Shahid Zaman Khan

Personal information
- Nickname: Shahid Zaman
- Born: Shahid Zaman Khan August 12, 1982 (age 43) Quetta, Pakistan
- Height: 1.72 m (5 ft 8 in)
- Weight: 118 kg (260 lb)

Sport
- Country: Pakistan
- Handedness: Right
- Turned pro: 1998
- Coached by: Qamar Zaman
- Retired: 2009
- Racquet used: Dunlop

Men's singles
- Highest ranking: 14 (July, 2005)

= Shahid Zaman =

Pakistani squash player (born 1982)

Shahid Zaman Khan (born August 12, 1982) is a Pakistani former professional squash player. He is a nephew of the 1975 World squash champion, Qamar Zaman, the famous master of the drop shots and deception.

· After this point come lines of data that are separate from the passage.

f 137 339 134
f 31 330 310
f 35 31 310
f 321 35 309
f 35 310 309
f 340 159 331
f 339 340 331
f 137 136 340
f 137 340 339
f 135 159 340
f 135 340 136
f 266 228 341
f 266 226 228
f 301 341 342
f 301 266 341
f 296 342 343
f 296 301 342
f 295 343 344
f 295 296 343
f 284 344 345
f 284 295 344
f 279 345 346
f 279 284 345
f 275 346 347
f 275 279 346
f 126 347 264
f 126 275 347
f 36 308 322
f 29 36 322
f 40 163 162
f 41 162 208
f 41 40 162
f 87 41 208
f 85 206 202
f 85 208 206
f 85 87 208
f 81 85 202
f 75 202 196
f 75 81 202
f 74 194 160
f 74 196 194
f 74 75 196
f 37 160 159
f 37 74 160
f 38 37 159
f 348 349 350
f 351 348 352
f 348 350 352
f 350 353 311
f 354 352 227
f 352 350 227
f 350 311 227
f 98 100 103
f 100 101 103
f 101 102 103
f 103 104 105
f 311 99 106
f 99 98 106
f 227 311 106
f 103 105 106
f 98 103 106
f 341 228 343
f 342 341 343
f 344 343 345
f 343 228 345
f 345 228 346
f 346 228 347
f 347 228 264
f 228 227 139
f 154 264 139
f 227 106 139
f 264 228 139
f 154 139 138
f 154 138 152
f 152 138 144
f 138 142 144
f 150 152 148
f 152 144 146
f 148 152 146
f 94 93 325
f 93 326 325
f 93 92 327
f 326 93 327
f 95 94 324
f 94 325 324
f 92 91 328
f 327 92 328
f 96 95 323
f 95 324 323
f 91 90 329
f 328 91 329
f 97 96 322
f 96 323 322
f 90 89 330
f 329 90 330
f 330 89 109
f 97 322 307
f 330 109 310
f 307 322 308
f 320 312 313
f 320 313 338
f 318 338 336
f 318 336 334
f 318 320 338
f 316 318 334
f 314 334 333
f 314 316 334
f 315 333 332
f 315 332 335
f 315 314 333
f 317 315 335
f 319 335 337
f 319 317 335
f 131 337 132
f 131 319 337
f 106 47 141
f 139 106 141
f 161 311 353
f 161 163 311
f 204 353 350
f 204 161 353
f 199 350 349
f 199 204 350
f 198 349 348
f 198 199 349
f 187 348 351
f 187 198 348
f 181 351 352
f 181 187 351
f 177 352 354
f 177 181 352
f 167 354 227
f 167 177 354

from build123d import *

In 2004, he won his first title at the Pakistan circuit in Event I. In 2005, he won the Virginia Professional Squash championship and went on to win the COAS international 2005 and the Pakistan circuit 2005 - Event II.

In mid-2005, he rose to his career-high PSA ranking of World No.14.

He is now working as a head squash professional in the Tennis and Racquet Club, the oldest athletic and social club in the city of Boston. In 2023, Zaman was appointed as squash instructor at the Harvard Business School.